Friday 21 September 2018

Bucharest; Romania

If ‘Jeremy Kyle on a Plane’ existed, then I’ve just had a front row seat at a live recording.

My day started quite badly: I finished a night shift, went home for 90 minutes sleep before heading to Luton to fly to Bucharest, and realised (after I slept through my alarm for 2 solid hours) that 90 minutes in ~24 hours was obviously not enough sleep. Best case scenario was I could get a train which arrived at the airport at 15:03 for a 15:30 take off... worth a roll of the dice, surely? I expect many things from WizzAir but punctuality is not one of them, the flight was predictably delayed by over an hour, and my gamble paid off.

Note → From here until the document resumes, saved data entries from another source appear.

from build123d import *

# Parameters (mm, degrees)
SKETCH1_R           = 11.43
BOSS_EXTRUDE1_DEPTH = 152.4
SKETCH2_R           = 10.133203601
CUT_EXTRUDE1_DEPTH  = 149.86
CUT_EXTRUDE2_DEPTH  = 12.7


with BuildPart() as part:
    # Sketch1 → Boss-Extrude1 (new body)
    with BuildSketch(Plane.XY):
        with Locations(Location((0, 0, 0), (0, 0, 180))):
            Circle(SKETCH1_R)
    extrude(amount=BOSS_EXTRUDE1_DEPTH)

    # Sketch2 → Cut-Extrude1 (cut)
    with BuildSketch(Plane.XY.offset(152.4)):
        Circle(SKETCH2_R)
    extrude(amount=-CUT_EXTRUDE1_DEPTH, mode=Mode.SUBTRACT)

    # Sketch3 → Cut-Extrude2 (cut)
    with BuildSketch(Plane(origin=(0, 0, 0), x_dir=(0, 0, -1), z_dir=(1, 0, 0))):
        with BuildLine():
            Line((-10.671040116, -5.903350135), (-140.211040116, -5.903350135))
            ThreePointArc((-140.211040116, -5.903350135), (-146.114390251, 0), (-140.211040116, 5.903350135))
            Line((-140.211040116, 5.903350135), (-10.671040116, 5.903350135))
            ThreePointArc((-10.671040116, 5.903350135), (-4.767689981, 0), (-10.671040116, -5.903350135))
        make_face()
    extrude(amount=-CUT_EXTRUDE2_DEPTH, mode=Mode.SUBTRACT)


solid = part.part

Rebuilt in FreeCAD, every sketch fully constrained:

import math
import FreeCAD as App
import Part
import Sketcher
Q = App.Units.Quantity

doc = App.newDocument("Part")
params = doc.addObject("Spreadsheet::Sheet", "Params")
for row, (alias, value) in enumerate([
    ("sketch1_diameter", "0.9 in"),
    ("pad1_length", "6 in"),
    ("pocket1_length", "5.9 in"),
    ("sketch3_height", "5.1 in"),
    ("pocket2_length", "0.5 in"),
], start=1):
    params.set(f"A{row}", alias)
    params.set(f"B{row}", "=" + value)
    params.setAlias(f"B{row}", alias)

body = doc.addObject("PartDesign::Body", "Body")

sketch1 = body.newObject("Sketcher::SketchObject", "Sketch")
sketch1.AttachmentSupport = (doc.getObject("XY_Plane"), [""])
sketch1.MapMode = "FlatFace"
sketch1.addGeometry(Part.Circle(App.Vector(0, 0, 0), App.Vector(0, 0, 1), 11.43), False)
sketch1.addConstraint([
    Sketcher.Constraint("Coincident", 0, 3, -1, 1),
    Sketcher.Constraint("Diameter", 0, Q("0.9 in")),
])
sketch1.setExpression("Constraints[1]", "Params.sketch1_diameter")
pad1 = body.newObject("PartDesign::Pad", "Pad")
pad1.Profile = sketch1
pad1.setExpression("Length", "Params.pad1_length")

sketch2 = body.newObject("Sketcher::SketchObject", "Sketch001")
sketch2.AttachmentSupport = (doc.getObject("XY_Plane"), [""])
sketch2.MapMode = "FlatFace"
sketch2.AttachmentOffset = App.Placement(App.Vector(0, 0, 6 * 25.4), App.Rotation())
sketch2.addGeometry(Part.Circle(App.Vector(0, 0, 0), App.Vector(0, 0, 1), 10.133204), False)
sketch2.addConstraint([
    Sketcher.Constraint("Coincident", 0, 3, -1, 1),
    Sketcher.Constraint("Diameter", 0, Q("20.266407 mm")),
])
pocket1 = body.newObject("PartDesign::Pocket", "Pocket")
pocket1.Profile = sketch2
pocket1.setExpression("Length", "Params.pocket1_length")

sketch3 = body.newObject("Sketcher::SketchObject", "Sketch002")
sketch3.AttachmentSupport = (doc.getObject("YZ_Plane"), [""])
sketch3.MapMode = "FlatFace"
sketch3.addGeometry([
    Part.LineSegment(App.Vector(-5.90335, 140.21104, 0), App.Vector(-5.90335, 10.67104, 0)),
    Part.ArcOfCircle(Part.Circle(App.Vector(0, 10.67104, 0), App.Vector(0, 0, 1), 5.90335), math.radians(180), math.radians(360)),
    Part.LineSegment(App.Vector(5.90335, 10.67104, 0), App.Vector(5.90335, 140.21104, 0)),
    Part.ArcOfCircle(Part.Circle(App.Vector(0, 140.21104, 0), App.Vector(0, 0, 1), 5.90335), math.radians(0), math.radians(180)),
], False)
sketch3.addConstraint([
    Sketcher.Constraint("Tangent", 0, 2, 1, 1),
    Sketcher.Constraint("Tangent", 1, 2, 2, 1),
    Sketcher.Constraint("Tangent", 2, 2, 3, 1),
    Sketcher.Constraint("Tangent", 3, 2, 0, 1),
    Sketcher.Constraint("Vertical", 0),
    Sketcher.Constraint("Vertical", 2),
    Sketcher.Constraint("PointOnObject", 1, 3, -2),
    Sketcher.Constraint("DistanceY", 0, 2, 0, 1, Q("5.1 in")),
    Sketcher.Constraint("Radius", 1, Q("5.90335 mm")),
    Sketcher.Constraint("DistanceY", -1, 1, 1, 3, Q("10.67104 mm")),
])
sketch3.setExpression("Constraints[7]", "Params.sketch3_height")
pocket2 = body.newObject("PartDesign::Pocket", "Pocket001")
pocket2.Profile = sketch3
pocket2.setExpression("Length", "Params.pocket2_length")

doc.recompute()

After I (finally) boarded the plane a bit of a kerfuffle kicked off because some passengers needed re-seating to “balance the aircraft” (I don’t know much about aerophysics, but I’d hope there’s a little more to it than moving some fat people around?), but they’d paid to reserve their seats so they were having none of it. The argument with the steward was in Romanian but the bilingual guy next to me very kindly gave me a running translation. Eventually there was a re-jiggle of a fair few people on the plane, and everything was “balanced”. Problem solved!

Wrong.

The initial people who were asked to move didn’t like their new seats and asked to get off the plane. The steward looked really stressed out by this, and I assumed this was because he’d need to arrange for their luggage to come out of the hold and delay things even more. Whilst that turned out to be part of his problem, the far larger issue was the re-re-balancing of the plane, and then checking EVERY SINGLE PERSON’S BAGS to make sure the deserters hadn’t left anything potentially dodgy on board. By the time this was sorted we’d been sat on tarmac for over an hour, long missed the take-off slot, and the pilot advised us of a further hour delay.

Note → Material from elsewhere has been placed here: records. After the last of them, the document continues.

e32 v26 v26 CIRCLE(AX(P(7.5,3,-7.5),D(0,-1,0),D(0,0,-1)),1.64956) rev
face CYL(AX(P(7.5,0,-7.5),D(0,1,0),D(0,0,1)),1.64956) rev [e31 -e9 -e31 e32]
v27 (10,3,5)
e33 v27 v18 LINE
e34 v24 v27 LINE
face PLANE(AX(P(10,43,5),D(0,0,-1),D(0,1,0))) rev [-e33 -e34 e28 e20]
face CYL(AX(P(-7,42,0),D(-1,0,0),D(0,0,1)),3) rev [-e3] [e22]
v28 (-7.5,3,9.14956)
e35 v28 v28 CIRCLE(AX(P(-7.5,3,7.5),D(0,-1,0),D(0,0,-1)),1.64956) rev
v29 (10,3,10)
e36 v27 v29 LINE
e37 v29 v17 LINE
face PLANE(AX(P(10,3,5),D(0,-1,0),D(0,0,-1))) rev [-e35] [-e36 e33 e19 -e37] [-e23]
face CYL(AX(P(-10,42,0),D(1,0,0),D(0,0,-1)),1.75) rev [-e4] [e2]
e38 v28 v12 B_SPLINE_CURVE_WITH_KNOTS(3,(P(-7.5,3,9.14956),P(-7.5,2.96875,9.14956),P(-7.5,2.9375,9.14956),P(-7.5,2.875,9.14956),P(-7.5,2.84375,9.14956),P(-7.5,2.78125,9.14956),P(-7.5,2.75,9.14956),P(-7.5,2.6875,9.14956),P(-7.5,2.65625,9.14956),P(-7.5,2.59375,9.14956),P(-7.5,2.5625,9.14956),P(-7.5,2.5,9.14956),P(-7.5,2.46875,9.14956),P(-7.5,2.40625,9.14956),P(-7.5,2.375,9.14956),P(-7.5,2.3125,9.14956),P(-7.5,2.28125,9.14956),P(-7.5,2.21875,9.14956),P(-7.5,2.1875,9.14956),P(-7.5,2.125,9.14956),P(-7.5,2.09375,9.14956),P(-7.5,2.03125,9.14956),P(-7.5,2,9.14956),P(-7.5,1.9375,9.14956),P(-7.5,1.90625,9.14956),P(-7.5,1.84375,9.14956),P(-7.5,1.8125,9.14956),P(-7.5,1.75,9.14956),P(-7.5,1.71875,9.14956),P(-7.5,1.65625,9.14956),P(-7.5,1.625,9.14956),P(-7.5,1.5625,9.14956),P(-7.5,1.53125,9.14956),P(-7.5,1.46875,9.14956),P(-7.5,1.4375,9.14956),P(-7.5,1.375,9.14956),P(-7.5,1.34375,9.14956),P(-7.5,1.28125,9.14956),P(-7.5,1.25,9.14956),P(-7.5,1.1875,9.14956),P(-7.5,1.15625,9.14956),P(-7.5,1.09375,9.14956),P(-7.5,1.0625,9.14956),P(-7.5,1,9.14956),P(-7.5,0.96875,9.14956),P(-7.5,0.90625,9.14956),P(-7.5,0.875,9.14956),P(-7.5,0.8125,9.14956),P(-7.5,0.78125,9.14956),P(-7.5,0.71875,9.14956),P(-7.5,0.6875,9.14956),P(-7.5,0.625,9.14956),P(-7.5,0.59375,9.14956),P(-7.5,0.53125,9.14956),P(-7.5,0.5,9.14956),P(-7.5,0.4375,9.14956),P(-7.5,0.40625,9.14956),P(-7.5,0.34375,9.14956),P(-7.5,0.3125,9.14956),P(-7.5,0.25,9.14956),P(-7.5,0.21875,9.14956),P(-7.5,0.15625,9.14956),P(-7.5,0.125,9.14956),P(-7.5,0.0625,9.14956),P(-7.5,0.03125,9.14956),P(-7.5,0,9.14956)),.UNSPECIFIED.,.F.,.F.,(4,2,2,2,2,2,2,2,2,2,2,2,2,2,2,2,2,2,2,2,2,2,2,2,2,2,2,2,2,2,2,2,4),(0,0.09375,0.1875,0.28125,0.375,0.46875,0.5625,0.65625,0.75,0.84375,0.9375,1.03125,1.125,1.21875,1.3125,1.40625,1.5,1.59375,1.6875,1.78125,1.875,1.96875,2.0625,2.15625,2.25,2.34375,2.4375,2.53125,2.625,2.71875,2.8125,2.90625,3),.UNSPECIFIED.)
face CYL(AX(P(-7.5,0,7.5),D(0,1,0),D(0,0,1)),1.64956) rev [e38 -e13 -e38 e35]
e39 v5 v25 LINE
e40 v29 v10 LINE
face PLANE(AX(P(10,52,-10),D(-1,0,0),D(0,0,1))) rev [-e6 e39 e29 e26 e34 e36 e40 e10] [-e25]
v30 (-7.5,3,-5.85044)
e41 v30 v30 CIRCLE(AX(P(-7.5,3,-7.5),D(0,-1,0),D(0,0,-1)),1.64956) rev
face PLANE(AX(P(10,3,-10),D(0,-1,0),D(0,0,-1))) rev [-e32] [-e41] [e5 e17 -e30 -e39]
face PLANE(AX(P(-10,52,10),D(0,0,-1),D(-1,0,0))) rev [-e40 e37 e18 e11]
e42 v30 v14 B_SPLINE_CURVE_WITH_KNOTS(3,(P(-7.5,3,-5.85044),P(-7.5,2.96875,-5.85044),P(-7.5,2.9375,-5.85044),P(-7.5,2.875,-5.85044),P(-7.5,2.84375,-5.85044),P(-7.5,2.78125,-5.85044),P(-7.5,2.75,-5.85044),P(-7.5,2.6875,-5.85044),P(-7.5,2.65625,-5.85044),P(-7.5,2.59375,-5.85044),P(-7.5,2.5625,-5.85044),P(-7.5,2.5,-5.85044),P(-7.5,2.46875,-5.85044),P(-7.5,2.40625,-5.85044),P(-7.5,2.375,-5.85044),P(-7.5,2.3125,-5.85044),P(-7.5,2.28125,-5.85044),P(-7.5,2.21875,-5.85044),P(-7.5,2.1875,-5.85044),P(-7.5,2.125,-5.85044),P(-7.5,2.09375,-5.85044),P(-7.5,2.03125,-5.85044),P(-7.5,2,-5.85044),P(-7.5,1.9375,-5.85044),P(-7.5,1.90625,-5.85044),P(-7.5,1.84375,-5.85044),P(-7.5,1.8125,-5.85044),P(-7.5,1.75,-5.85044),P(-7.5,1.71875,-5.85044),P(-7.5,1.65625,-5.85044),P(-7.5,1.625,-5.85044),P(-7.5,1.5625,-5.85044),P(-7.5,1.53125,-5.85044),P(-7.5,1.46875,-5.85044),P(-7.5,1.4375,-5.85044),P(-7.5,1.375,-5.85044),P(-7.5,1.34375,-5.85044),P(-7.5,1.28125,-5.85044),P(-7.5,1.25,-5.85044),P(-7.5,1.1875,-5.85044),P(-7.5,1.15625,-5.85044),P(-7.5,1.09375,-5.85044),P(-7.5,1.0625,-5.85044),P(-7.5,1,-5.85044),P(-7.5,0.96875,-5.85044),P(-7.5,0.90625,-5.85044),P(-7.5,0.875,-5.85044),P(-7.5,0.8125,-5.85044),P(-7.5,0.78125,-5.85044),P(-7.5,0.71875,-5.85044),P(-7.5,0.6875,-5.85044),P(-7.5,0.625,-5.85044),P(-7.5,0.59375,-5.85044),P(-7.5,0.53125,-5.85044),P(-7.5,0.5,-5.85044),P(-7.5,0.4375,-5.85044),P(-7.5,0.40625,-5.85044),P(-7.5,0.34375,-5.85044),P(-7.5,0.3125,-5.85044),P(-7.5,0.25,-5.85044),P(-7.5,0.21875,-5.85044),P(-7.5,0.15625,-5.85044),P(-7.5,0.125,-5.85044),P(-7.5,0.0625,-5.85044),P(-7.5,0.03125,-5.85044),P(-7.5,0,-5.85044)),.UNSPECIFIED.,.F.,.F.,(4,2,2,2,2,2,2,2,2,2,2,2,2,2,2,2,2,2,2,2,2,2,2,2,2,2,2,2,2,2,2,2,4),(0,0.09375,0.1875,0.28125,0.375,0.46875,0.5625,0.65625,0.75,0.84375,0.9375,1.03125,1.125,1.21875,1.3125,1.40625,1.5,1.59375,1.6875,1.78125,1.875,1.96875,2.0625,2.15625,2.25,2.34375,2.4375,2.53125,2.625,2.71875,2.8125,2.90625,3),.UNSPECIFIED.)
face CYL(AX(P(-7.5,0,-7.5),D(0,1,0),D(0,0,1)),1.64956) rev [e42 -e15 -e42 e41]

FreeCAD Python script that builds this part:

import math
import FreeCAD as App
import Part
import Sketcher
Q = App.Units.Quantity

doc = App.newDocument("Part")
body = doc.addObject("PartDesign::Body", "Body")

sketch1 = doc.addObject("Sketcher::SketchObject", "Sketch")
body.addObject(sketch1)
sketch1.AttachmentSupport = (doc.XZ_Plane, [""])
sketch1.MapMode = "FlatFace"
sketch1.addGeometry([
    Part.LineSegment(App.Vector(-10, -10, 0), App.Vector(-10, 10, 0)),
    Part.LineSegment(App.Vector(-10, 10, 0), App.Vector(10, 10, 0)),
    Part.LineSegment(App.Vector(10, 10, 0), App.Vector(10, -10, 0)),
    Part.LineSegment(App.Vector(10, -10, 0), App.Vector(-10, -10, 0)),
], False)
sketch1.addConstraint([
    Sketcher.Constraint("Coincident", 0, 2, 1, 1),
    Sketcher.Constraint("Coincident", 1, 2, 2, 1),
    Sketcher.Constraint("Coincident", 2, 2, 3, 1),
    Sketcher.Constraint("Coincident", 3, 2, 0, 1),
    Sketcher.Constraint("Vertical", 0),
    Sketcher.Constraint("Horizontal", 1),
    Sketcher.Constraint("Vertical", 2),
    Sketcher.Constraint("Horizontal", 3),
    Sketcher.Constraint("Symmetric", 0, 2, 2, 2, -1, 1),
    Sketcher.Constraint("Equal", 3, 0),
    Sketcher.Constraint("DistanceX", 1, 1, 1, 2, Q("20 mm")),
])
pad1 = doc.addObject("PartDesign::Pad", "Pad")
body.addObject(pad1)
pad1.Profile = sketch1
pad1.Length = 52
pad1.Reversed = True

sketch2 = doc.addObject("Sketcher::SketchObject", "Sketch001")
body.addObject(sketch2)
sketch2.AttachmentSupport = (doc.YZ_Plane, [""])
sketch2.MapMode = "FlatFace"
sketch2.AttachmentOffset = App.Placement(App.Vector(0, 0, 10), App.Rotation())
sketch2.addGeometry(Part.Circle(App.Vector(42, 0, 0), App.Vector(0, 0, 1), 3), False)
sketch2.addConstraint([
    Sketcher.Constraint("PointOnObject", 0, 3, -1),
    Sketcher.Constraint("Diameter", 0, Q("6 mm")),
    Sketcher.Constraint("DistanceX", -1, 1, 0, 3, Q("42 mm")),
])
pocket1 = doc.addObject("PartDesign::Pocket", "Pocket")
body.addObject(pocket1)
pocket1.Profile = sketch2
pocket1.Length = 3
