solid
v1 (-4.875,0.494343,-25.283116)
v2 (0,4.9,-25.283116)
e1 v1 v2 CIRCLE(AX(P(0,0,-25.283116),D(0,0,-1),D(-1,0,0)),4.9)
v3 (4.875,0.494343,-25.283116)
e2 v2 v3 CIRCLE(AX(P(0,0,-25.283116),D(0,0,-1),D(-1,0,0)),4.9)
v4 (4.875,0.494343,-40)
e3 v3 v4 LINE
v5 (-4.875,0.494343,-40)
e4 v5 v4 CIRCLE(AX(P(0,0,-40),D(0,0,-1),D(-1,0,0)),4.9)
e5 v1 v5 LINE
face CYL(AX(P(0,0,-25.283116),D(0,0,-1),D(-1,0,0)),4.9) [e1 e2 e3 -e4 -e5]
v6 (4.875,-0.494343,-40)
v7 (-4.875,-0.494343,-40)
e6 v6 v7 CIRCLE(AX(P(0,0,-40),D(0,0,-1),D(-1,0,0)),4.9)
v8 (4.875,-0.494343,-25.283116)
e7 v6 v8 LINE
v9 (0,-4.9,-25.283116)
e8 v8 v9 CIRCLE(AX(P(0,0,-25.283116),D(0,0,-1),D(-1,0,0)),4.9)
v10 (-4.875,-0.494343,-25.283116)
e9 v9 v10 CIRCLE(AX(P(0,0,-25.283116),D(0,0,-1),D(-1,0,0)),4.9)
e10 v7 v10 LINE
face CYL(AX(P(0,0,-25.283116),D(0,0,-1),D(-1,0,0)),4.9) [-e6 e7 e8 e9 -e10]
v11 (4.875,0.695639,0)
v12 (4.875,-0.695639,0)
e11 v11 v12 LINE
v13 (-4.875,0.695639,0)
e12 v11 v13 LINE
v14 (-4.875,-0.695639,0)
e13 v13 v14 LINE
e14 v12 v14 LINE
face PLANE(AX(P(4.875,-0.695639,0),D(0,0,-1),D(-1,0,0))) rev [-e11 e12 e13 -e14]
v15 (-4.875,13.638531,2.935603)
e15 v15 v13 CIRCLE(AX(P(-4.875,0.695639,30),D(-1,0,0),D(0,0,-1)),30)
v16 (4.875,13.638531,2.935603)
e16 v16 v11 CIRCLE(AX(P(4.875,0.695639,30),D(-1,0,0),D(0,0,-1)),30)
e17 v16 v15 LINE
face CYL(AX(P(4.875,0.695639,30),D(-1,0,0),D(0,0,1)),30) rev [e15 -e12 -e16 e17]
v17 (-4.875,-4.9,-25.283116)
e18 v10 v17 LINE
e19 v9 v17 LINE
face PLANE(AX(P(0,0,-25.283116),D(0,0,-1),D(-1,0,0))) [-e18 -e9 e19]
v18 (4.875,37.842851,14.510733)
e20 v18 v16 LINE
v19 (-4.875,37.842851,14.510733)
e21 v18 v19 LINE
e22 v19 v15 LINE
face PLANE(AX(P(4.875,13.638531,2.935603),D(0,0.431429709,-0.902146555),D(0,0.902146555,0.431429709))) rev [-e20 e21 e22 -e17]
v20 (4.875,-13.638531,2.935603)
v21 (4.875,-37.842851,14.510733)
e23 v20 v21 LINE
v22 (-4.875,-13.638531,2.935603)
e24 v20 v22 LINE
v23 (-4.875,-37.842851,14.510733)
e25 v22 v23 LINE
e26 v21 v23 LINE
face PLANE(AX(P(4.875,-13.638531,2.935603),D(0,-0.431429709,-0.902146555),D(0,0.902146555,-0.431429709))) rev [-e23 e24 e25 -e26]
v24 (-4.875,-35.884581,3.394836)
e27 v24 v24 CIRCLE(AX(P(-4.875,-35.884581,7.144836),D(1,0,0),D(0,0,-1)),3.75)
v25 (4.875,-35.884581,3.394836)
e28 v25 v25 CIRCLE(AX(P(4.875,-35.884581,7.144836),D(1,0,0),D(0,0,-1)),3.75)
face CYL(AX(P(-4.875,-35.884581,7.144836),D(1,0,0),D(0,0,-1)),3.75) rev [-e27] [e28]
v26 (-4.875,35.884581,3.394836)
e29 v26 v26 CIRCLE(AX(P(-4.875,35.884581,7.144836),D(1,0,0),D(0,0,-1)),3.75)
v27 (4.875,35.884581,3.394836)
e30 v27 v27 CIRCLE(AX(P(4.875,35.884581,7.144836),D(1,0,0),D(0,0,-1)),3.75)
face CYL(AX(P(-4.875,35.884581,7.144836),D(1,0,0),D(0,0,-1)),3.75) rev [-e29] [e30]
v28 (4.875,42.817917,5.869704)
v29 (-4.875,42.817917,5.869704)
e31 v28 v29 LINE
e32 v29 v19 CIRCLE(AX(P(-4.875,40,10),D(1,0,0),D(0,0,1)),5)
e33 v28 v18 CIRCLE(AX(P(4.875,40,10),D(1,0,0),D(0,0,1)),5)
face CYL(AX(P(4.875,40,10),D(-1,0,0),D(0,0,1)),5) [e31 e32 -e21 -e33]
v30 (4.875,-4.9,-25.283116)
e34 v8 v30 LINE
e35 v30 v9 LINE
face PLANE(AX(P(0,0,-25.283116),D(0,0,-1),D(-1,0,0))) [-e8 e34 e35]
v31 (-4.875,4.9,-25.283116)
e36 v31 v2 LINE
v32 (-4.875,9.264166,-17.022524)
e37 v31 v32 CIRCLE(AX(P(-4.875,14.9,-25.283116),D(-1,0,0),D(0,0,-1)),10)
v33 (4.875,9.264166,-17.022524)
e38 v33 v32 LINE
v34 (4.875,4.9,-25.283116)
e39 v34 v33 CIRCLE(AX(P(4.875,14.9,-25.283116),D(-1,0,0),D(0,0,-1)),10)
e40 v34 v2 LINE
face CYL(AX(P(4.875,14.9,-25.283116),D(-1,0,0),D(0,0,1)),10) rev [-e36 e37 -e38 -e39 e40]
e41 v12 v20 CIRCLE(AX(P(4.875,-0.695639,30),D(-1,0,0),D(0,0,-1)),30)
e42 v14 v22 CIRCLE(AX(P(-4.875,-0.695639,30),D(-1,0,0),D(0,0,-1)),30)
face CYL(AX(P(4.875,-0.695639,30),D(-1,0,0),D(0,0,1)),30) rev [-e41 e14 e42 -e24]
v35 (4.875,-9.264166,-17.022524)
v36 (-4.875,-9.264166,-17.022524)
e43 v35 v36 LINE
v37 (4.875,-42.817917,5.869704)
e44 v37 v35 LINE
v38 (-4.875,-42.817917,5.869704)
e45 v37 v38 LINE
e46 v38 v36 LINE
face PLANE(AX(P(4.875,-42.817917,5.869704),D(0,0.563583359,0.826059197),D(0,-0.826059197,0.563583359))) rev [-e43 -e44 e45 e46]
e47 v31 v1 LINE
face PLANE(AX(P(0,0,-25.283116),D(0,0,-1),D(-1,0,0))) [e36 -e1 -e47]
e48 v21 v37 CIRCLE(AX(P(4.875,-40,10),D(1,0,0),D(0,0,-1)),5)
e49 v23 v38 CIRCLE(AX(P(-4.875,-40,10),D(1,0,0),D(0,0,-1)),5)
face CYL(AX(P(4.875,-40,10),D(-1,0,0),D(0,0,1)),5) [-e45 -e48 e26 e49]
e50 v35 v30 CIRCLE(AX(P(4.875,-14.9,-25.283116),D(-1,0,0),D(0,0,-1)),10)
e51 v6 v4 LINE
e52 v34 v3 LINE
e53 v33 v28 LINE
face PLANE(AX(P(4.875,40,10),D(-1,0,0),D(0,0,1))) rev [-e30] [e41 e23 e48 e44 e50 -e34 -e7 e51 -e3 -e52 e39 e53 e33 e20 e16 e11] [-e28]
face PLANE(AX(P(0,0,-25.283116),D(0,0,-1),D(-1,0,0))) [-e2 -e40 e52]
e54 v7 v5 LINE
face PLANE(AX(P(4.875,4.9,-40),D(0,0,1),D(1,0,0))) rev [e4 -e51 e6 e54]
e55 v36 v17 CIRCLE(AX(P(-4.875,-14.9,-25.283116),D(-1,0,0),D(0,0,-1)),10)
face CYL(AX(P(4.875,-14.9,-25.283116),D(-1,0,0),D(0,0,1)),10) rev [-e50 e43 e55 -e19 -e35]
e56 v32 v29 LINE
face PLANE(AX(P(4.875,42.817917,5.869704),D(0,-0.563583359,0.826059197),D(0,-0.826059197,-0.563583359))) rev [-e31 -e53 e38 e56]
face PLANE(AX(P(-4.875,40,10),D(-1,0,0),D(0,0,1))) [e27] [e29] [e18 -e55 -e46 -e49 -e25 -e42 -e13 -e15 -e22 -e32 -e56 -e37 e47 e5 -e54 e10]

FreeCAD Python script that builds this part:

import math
import FreeCAD as App
import Part
import Sketcher
Q = App.Units.Quantity


def add_polygon(sketch, points):
    """Adds a closed chain of lines whose ends are joined by coincident constraints."""
    first, n = sketch.GeometryCount, len(points)
    for a, b in zip(points, points[1:] + points[:1]):
        sketch.addGeometry(Part.LineSegment(App.Vector(*a, 0), App.Vector(*b, 0)), False)
    for i in range(n):
        sketch.addConstraint(Sketcher.Constraint("Coincident", first + i, 2, first + (i + 1) % n, 1))

doc = App.newDocument("Part")
params = doc.addObject("Spreadsheet::Sheet", "Params")
for row, (alias, value) in enumerate([
    ("sketch1_radius", "30 mm"),
    ("sketch1_radius2", "5 mm"),
    ("sketch1_radius3", "10 mm"),
    ("sketch1_width", "9.8 mm"),
    ("pad1_length", "9.75 mm"),
    ("sketch2_diameter", "9.8 mm"),
    ("pocket1_length", "14.716884 mm"),
    ("sketch3_diameter", "7.5 mm"),
    ("pocket2_length", "9.75 mm"),
], start=1):
    params.set(f"A{row}", alias)
    params.set(f"B{row}", "=" + value)
    params.setAlias(f"B{row}", alias)

body = doc.addObject("PartDesign::Body", "Body")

I thought the drama was over when we eventually landed the wrong side of midnight, but then some fuckwit tried lighting up a fag on the way to the terminal, received a lot of disbelieving glances from other passengers, decided against smoking the fag, chucked it on the (oil covered) ground, and got arrested. 

The flight delays meant I arrived at my hotel well after the check-in desk closed so, barely able to keep my eyes open and willing to accept any (unoccupied) bed, I found a hostel and crashed there. It could well have been shite, but I was so exhausted that I didn’t notice or care.